• Requirement: Repeat exactly the lines of the entries below from the one with "#25=VERTEX_POINT('',#24);" through the one with "#62=VERTEX_POINT('',#61);", both ends included, and nothing else.

Dataset items

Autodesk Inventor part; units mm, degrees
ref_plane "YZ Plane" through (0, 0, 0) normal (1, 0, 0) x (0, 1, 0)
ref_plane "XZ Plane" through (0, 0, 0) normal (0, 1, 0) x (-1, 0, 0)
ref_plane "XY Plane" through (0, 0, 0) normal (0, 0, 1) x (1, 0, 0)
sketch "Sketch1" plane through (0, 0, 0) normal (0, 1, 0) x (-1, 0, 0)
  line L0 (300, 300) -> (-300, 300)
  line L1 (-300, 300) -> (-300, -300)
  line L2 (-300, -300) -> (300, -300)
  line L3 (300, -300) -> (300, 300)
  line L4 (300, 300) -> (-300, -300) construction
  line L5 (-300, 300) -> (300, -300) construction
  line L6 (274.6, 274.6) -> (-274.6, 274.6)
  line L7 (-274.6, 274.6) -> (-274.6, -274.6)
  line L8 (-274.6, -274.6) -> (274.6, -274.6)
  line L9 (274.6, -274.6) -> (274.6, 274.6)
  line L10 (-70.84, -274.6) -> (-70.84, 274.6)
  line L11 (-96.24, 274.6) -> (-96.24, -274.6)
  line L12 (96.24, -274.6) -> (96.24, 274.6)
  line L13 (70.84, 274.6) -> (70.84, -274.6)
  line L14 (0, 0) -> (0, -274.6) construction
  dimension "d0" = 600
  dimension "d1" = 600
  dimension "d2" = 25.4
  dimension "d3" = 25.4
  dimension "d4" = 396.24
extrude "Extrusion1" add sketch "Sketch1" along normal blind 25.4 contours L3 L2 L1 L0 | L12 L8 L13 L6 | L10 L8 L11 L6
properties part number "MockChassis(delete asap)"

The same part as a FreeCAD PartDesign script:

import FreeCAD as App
import Part
import Sketcher

doc = App.newDocument("Part")
params = doc.addObject("Spreadsheet::Sheet", "Params")
for row, (alias, value) in enumerate([
    ("sketch1_width", "600 mm"),
    ("pad1_length", "25.4 mm"),
], start=1):
    params.set(f"A{row}", alias)
    params.set(f"B{row}", "=" + value)
    params.setAlias(f"B{row}", alias)

body = doc.addObject("PartDesign::Body", "Body")

# Sketch on XZ plane
sketch1 = body.newObject("Sketcher::SketchObject", "Sketch")
sketch1.AttachmentSupport = (doc.getObject("XZ_Plane"), [""])
sketch1.MapMode = "FlatFace"
sketch1.addGeometry(Part.LineSegment(App.Vector(-300, -300, 0), App.Vector(-300, 300, 0)), False)
sketch1.addGeometry(Part.LineSegment(App.Vector(-300, 300, 0), App.Vector(300, 300, 0)), False)
sketch1.addGeometry(Part.LineSegment(App.Vector(300, 300, 0), App.Vector(300, -300, 0)), False)
sketch1.addGeometry(Part.LineSegment(App.Vector(300, -300, 0), App.Vector(-300, -300, 0)), False)
sketch1.addGeometry(Part.LineSegment(App.Vector(-96.24, 274.6, 0), App.Vector(-274.6, 274.6, 0)), False)
sketch1.addGeometry(Part.LineSegment(App.Vector(-274.6, 274.6, 0), App.Vector(-274.6, -274.6, 0)), False)
sketch1.addGeometry(Part.LineSegment(App.Vector(-274.6, -274.6, 0), App.Vector(-96.24, -274.6, 0)), False)
sketch1.addGeometry(Part.LineSegment(App.Vector(-96.24, -274.6, 0), App.Vector(-96.24, 274.6, 0)), False)
sketch1.addGeometry(Part.LineSegment(App.Vector(70.84, 274.6, 0), App.Vector(-70.84, 274.6, 0)), False)
sketch1.addGeometry(Part.LineSegment(App.Vector(-70.84, 274.6, 0), App.Vector(-70.84, -274.6, 0)), False)
sketch1.addGeometry(Part.LineSegment(App.Vector(-70.84, -274.6, 0), App.Vector(70.84, -274.6, 0)), False)
sketch1.addGeometry(Part.LineSegment(App.Vector(70.84, -274.6, 0), App.Vector(70.84, 274.6, 0)), False)
sketch1.addGeometry(Part.LineSegment(App.Vector(274.6, 274.6, 0), App.Vector(96.24, 274.6, 0)), False)
sketch1.addGeometry(Part.LineSegment(App.Vector(96.24, 274.6, 0), App.Vector(96.24, -274.6, 0)), False)
sketch1.addGeometry(Part.LineSegment(App.Vector(96.24, -274.6, 0), App.Vector(274.6, -274.6, 0)), False)
sketch1.addGeometry(Part.LineSegment(App.Vector(274.6, -274.6, 0), App.Vector(274.6, 274.6, 0)), False)
sketch1.addConstraint(Sketcher.Constraint("Coincident", 0, 2, 1, 1))
sketch1.addConstraint(Sketcher.Constraint("Coincident", 1, 2, 2, 1))
sketch1.addConstraint(Sketcher.Constraint("Coincident", 2, 2, 3, 1))
sketch1.addConstraint(Sketcher.Constraint("Coincident", 3, 2, 0, 1))
sketch1.addConstraint(Sketcher.Constraint("Coincident", 4, 2, 5, 1))
sketch1.addConstraint(Sketcher.Constraint("Coincident", 5, 2, 6, 1))
sketch1.addConstraint(Sketcher.Constraint("Coincident", 6, 2, 7, 1))
sketch1.addConstraint(Sketcher.Constraint("Coincident", 7, 2, 4, 1))
sketch1.addConstraint(Sketcher.Constraint("Coincident", 8, 2, 9, 1))
sketch1.addConstraint(Sketcher.Constraint("Coincident", 9, 2, 10, 1))
sketch1.addConstraint(Sketcher.Constraint("Coincident", 10, 2, 11, 1))
sketch1.addConstraint(Sketcher.Constraint("Coincident", 11, 2, 8, 1))
sketch1.addConstraint(Sketcher.Constraint("Coincident", 12, 2, 13, 1))
sketch1.addConstraint(Sketcher.Constraint("Coincident", 13, 2, 14, 1))
sketch1.addConstraint(Sketcher.Constraint("Coincident", 14, 2, 15, 1))
sketch1.addConstraint(Sketcher.Constraint("Coincident", 15, 2, 12, 1))
sketch1.addConstraint(Sketcher.Constraint("Vertical", 0))
sketch1.addConstraint(Sketcher.Constraint("Horizontal", 1))
sketch1.addConstraint(Sketcher.Constraint("Vertical", 2))
sketch1.addConstraint(Sketcher.Constraint("Horizontal", 3))
sketch1.addConstraint(Sketcher.Constraint("Horizontal", 4))
sketch1.addConstraint(Sketcher.Constraint("Vertical", 5))
sketch1.addConstraint(Sketcher.Constraint("Horizontal", 6))
sketch1.addConstraint(Sketcher.Constraint("Vertical", 7))
sketch1.addConstraint(Sketcher.Constraint("Horizontal", 8))
sketch1.addConstraint(Sketcher.Constraint("Vertical", 9))
sketch1.addConstraint(Sketcher.Constraint("Horizontal", 10))
sketch1.addConstraint(Sketcher.Constraint("Vertical", 11))
sketch1.addConstraint(Sketcher.Constraint("Horizontal", 12))
sketch1.addConstraint(Sketcher.Constraint("Vertical", 13))
sketch1.addConstraint(Sketcher.Constraint("Horizontal", 14))
sketch1.addConstraint(Sketcher.Constraint("Vertical", 15))
sketch1.addConstraint(Sketcher.Constraint("Symmetric", 0, 2, 2, 2, -1, 1))
sketch1.addConstraint(Sketcher.Constraint("Symmetric", 8, 2, 10, 2, -1, 1))
sketch1.addConstraint(Sketcher.Constraint("Symmetric", 6, 2, 12, 2, -1, 1))
sketch1.addConstraint(Sketcher.Constraint("Symmetric", 4, 2, 14, 2, -1, 1))
sketch1.addConstraint(Sketcher.Constraint("Horizontal", 7, 2, 8, 2))
sketch1.addConstraint(Sketcher.Constraint("Horizontal", 6, 2, 9, 2))
sketch1.addConstraint(Sketcher.Constraint("Equal", 3, 0))
sketch1.addConstraint(Sketcher.Constraint("DistanceX", 1, 1, 1, 2, 600.0))
sketch1.addConstraint(Sketcher.Constraint("DistanceX", 0, 2, 4, 2, 25.4))
sketch1.addConstraint(Sketcher.Constraint("DistanceY", 4, 2, 0, 2, 25.4))
sketch1.addConstraint(Sketcher.Constraint("DistanceX", 7, 2, 8, 2, 25.4))
sketch1.addConstraint(Sketcher.Constraint("DistanceX", 6, 2, 2, 2, 396.24))
sketch1.setExpression("Constraints[39]", "Params.sketch1_width")
pad1 = body.newObject("PartDesign::Pad", "Pad")
pad1.Profile = sketch1
pad1.setExpression("Length", "Params.pad1_length")
pad1.Reversed = True

doc.recompute()
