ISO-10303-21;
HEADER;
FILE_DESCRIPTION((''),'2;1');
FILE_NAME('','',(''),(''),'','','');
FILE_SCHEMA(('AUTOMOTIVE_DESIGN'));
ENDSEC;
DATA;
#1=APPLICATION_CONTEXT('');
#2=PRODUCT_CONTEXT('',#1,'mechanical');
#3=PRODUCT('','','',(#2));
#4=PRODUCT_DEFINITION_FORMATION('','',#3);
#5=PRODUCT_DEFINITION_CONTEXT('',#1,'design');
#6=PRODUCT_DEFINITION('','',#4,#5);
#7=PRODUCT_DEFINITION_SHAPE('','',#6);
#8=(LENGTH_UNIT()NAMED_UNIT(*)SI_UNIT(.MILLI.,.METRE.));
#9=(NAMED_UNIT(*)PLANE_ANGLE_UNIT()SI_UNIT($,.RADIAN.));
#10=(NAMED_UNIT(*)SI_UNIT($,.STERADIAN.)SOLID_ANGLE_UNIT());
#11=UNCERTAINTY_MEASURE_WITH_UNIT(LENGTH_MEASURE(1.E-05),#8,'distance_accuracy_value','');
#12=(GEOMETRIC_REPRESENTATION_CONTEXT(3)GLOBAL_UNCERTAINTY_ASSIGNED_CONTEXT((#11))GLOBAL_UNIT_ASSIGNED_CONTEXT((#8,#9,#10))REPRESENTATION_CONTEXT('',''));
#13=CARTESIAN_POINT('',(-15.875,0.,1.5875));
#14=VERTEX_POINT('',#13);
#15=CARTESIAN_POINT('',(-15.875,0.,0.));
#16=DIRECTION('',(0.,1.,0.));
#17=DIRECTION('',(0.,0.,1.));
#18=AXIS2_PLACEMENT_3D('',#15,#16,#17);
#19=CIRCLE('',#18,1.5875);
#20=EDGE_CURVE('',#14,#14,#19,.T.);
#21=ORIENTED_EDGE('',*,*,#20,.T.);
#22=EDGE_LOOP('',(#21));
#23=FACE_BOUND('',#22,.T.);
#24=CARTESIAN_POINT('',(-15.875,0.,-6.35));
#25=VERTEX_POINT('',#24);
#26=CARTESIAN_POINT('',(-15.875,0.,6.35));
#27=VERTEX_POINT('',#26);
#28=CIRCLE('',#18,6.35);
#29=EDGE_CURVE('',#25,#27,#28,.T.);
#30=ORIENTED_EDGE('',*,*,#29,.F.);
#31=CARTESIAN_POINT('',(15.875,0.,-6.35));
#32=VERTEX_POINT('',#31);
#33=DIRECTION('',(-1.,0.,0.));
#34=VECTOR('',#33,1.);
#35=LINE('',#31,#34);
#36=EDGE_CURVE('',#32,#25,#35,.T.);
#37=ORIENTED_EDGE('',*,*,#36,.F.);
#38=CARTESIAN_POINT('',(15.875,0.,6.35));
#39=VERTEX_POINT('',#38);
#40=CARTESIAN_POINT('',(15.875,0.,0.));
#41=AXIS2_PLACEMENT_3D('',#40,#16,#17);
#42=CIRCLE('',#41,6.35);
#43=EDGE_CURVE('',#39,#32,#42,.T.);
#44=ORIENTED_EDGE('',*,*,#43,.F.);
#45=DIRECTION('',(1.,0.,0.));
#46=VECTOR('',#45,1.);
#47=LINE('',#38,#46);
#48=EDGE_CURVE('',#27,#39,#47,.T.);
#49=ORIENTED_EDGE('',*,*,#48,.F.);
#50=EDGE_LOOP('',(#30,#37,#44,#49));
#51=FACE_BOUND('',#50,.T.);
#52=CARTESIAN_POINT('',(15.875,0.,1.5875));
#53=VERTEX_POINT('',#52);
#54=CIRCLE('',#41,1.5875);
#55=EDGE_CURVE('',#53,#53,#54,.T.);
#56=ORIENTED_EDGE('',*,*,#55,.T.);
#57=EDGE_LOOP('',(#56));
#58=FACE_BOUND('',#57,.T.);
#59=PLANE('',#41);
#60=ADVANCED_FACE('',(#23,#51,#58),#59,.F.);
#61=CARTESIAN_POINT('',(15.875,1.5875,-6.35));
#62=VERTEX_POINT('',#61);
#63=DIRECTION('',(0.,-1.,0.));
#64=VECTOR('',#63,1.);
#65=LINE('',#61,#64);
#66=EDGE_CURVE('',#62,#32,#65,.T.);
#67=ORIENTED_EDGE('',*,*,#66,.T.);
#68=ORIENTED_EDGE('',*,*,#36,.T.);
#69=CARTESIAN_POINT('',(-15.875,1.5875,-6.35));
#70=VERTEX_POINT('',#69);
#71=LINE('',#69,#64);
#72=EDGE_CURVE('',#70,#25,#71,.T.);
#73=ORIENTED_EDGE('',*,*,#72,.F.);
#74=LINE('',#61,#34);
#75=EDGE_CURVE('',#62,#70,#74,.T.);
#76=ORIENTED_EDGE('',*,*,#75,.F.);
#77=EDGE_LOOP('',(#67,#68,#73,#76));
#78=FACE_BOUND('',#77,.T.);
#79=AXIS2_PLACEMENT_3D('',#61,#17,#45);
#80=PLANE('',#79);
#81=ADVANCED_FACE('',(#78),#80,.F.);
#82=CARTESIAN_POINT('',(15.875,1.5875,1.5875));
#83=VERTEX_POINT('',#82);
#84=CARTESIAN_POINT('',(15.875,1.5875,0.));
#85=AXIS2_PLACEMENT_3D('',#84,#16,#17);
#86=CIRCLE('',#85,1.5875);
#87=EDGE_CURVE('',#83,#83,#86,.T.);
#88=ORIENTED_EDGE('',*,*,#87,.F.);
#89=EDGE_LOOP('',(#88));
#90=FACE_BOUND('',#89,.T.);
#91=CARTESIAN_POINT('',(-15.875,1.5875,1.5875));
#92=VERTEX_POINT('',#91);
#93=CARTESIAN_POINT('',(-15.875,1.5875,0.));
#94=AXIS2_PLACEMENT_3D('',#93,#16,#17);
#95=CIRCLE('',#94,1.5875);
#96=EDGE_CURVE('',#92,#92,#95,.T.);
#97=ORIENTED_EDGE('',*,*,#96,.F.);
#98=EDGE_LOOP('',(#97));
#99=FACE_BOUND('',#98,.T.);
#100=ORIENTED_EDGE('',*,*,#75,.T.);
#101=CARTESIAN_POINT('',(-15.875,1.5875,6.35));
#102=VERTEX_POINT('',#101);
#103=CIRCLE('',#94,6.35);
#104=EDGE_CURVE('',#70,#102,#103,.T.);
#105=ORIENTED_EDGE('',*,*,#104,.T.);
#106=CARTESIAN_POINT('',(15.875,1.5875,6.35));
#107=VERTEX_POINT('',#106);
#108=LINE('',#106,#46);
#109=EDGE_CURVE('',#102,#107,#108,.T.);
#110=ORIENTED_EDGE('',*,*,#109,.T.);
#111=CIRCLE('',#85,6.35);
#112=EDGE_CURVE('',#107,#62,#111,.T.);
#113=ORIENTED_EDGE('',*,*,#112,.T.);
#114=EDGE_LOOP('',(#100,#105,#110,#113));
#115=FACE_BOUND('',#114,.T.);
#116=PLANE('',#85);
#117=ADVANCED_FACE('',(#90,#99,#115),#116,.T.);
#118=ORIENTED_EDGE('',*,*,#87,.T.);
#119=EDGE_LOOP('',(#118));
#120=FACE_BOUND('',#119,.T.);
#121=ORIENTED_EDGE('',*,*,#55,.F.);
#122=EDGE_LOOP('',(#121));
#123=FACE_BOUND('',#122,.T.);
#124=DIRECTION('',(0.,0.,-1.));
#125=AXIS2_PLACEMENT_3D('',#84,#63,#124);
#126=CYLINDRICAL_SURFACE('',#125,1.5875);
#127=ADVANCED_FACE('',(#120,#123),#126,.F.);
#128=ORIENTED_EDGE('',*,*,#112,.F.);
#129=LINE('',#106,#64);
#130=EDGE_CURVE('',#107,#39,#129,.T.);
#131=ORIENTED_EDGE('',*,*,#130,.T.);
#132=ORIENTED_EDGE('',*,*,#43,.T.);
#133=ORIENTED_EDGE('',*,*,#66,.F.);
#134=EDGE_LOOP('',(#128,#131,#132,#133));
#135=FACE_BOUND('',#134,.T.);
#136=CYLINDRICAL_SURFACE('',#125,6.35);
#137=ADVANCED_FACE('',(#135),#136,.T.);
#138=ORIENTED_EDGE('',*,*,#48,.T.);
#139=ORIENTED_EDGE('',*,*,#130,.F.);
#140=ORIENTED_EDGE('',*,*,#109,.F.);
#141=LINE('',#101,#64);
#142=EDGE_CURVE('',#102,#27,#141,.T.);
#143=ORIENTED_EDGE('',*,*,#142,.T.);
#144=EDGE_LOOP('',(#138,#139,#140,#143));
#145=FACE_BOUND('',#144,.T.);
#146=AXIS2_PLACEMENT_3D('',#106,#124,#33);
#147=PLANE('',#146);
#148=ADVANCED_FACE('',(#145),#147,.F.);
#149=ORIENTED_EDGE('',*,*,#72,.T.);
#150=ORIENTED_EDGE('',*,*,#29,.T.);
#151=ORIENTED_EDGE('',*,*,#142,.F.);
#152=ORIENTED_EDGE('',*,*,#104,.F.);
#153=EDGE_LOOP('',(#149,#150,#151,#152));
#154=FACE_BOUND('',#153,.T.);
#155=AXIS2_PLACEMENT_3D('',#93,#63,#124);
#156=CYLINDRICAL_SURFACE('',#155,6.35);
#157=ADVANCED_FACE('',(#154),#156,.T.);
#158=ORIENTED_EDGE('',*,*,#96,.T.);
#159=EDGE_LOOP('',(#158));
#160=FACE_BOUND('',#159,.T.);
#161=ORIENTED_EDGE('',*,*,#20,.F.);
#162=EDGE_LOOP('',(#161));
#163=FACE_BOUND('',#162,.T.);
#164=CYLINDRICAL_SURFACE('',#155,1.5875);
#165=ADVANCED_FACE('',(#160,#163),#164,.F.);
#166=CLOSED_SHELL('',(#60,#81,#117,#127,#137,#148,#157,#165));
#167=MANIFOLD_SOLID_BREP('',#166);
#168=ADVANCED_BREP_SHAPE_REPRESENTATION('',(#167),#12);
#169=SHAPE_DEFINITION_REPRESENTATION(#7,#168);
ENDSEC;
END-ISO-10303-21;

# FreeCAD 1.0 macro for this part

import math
import FreeCAD as App
import Part
import Sketcher

V = App.Vector
Q = App.Units.Quantity

doc = App.newDocument("Part")
params = doc.addObject("Spreadsheet::Sheet", "Params")
for row, (alias, value) in enumerate([
    ("sketch1_radius", "0.25 in"),
    ("sketch1_diameter", "0.125 in"),
    ("sketch1_width", "1.25 in"),
    ("pad1_length", "0.0625 in"),
], start=1):
    params.set(f"A{row}", alias)
    params.set(f"B{row}", "=" + value)
    params.setAlias(f"B{row}", alias)

body = doc.addObject("PartDesign::Body", "Body")

sketch1 = body.newObject("Sketcher::SketchObject", "Sketch")
sketch1.AttachmentSupport = (doc.getObject("XZ_Plane"), [""])
sketch1.MapMode = "FlatFace"
sketch1.addGeometry(Part.LineSegment(V(-15.875, 6.35, 0), V(15.875, 6.35, 0)), False)
sketch1.addGeometry(Part.ArcOfCircle(Part.Circle(V(15.875, 0, 0), V(0, 0, 1), 6.35), math.radians(-90), math.radians(90)), False)
sketch1.addGeometry(Part.LineSegment(V(15.875, -6.35, 0), V(-15.875, -6.35, 0)), False)
sketch1.addGeometry(Part.ArcOfCircle(Part.Circle(V(-15.875, 0, 0), V(0, 0, 1), 6.35), math.radians(90), math.radians(270)), False)
sketch1.addGeometry(Part.Circle(V(15.875, 0, 0), V(0, 0, 1), 1.5875), False)
sketch1.addGeometry(Part.Circle(V(-15.875, 0, 0), V(0, 0, 1), 1.5875), False)
sketch1.addConstraint(Sketcher.Constraint("Tangent", 0, 2, 1, 2))
sketch1.addConstraint(Sketcher.Constraint("Tangent", 1, 1, 2, 1))
sketch1.addConstraint(Sketcher.Constraint("Tangent", 2, 2, 3, 2))
sketch1.addConstraint(Sketcher.Constraint("Tangent", 3, 1, 0, 1))
sketch1.addConstraint(Sketcher.Constraint("Horizontal", 0))
sketch1.addConstraint(Sketcher.Constraint("Horizontal", 2))
sketch1.addConstraint(Sketcher.Constraint("Coincident", 4, 3, 1, 3))
sketch1.addConstraint(Sketcher.Constraint("Coincident", 5, 3, 3, 3))
sketch1.addConstraint(Sketcher.Constraint("Equal", 4, 5))
sketch1.addConstraint(Sketcher.Constraint("Symmetric", 1, 3, 3, 3, -1, 1))
sketch1.addConstraint(Sketcher.Constraint("Radius", 1, Q("0.25 in")))
sketch1.addConstraint(Sketcher.Constraint("Diameter", 4, Q("0.125 in")))
sketch1.addConstraint(Sketcher.Constraint("DistanceX", 0, 1, 0, 2, Q("1.25 in")))
sketch1.setExpression("Constraints[10]", "Params.sketch1_radius")
sketch1.setExpression("Constraints[11]", "Params.sketch1_diameter")
sketch1.setExpression("Constraints[12]", "Params.sketch1_width")
pad1 = body.newObject("PartDesign::Pad", "Pad")
pad1.Profile = sketch1
pad1.setExpression("Length", "Params.pad1_length")
pad1.Reversed = True

doc.recompute()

• Exercise output:
#25=VERTEX_POINT('',#24);
#26=CARTESIAN_POINT('',(-15.875,0.,6.35));
#27=VERTEX_POINT('',#26);
#28=CIRCLE('',#18,6.35);
#29=EDGE_CURVE('',#25,#27,#28,.T.);
#30=ORIENTED_EDGE('',*,*,#29,.F.);
#31=CARTESIAN_POINT('',(15.875,0.,-6.35));
#32=VERTEX_POINT('',#31);
#33=DIRECTION('',(-1.,0.,0.));
#34=VECTOR('',#33,1.);
#35=LINE('',#31,#34);
#36=EDGE_CURVE('',#32,#25,#35,.T.);
#37=ORIENTED_EDGE('',*,*,#36,.F.);
#38=CARTESIAN_POINT('',(15.875,0.,6.35));
#39=VERTEX_POINT('',#38);
#40=CARTESIAN_POINT('',(15.875,0.,0.));
#41=AXIS2_PLACEMENT_3D('',#40,#16,#17);
#42=CIRCLE('',#41,6.35);
#43=EDGE_CURVE('',#39,#32,#42,.T.);
#44=ORIENTED_EDGE('',*,*,#43,.F.);
#45=DIRECTION('',(1.,0.,0.));
#46=VECTOR('',#45,1.);
#47=LINE('',#38,#46);
#48=EDGE_CURVE('',#27,#39,#47,.T.);
#49=ORIENTED_EDGE('',*,*,#48,.F.);
#50=EDGE_LOOP('',(#30,#37,#44,#49));
#51=FACE_BOUND('',#50,.T.);
#52=CARTESIAN_POINT('',(15.875,0.,1.5875));
#53=VERTEX_POINT('',#52);
#54=CIRCLE('',#41,1.5875);
#55=EDGE_CURVE('',#53,#53,#54,.T.);
#56=ORIENTED_EDGE('',*,*,#55,.T.);
#57=EDGE_LOOP('',(#56));
#58=FACE_BOUND('',#57,.T.);
#59=PLANE('',#41);
#60=ADVANCED_FACE('',(#23,#51,#58),#59,.F.);
#61=CARTESIAN_POINT('',(15.875,1.5875,-6.35));
#62=VERTEX_POINT('',#61);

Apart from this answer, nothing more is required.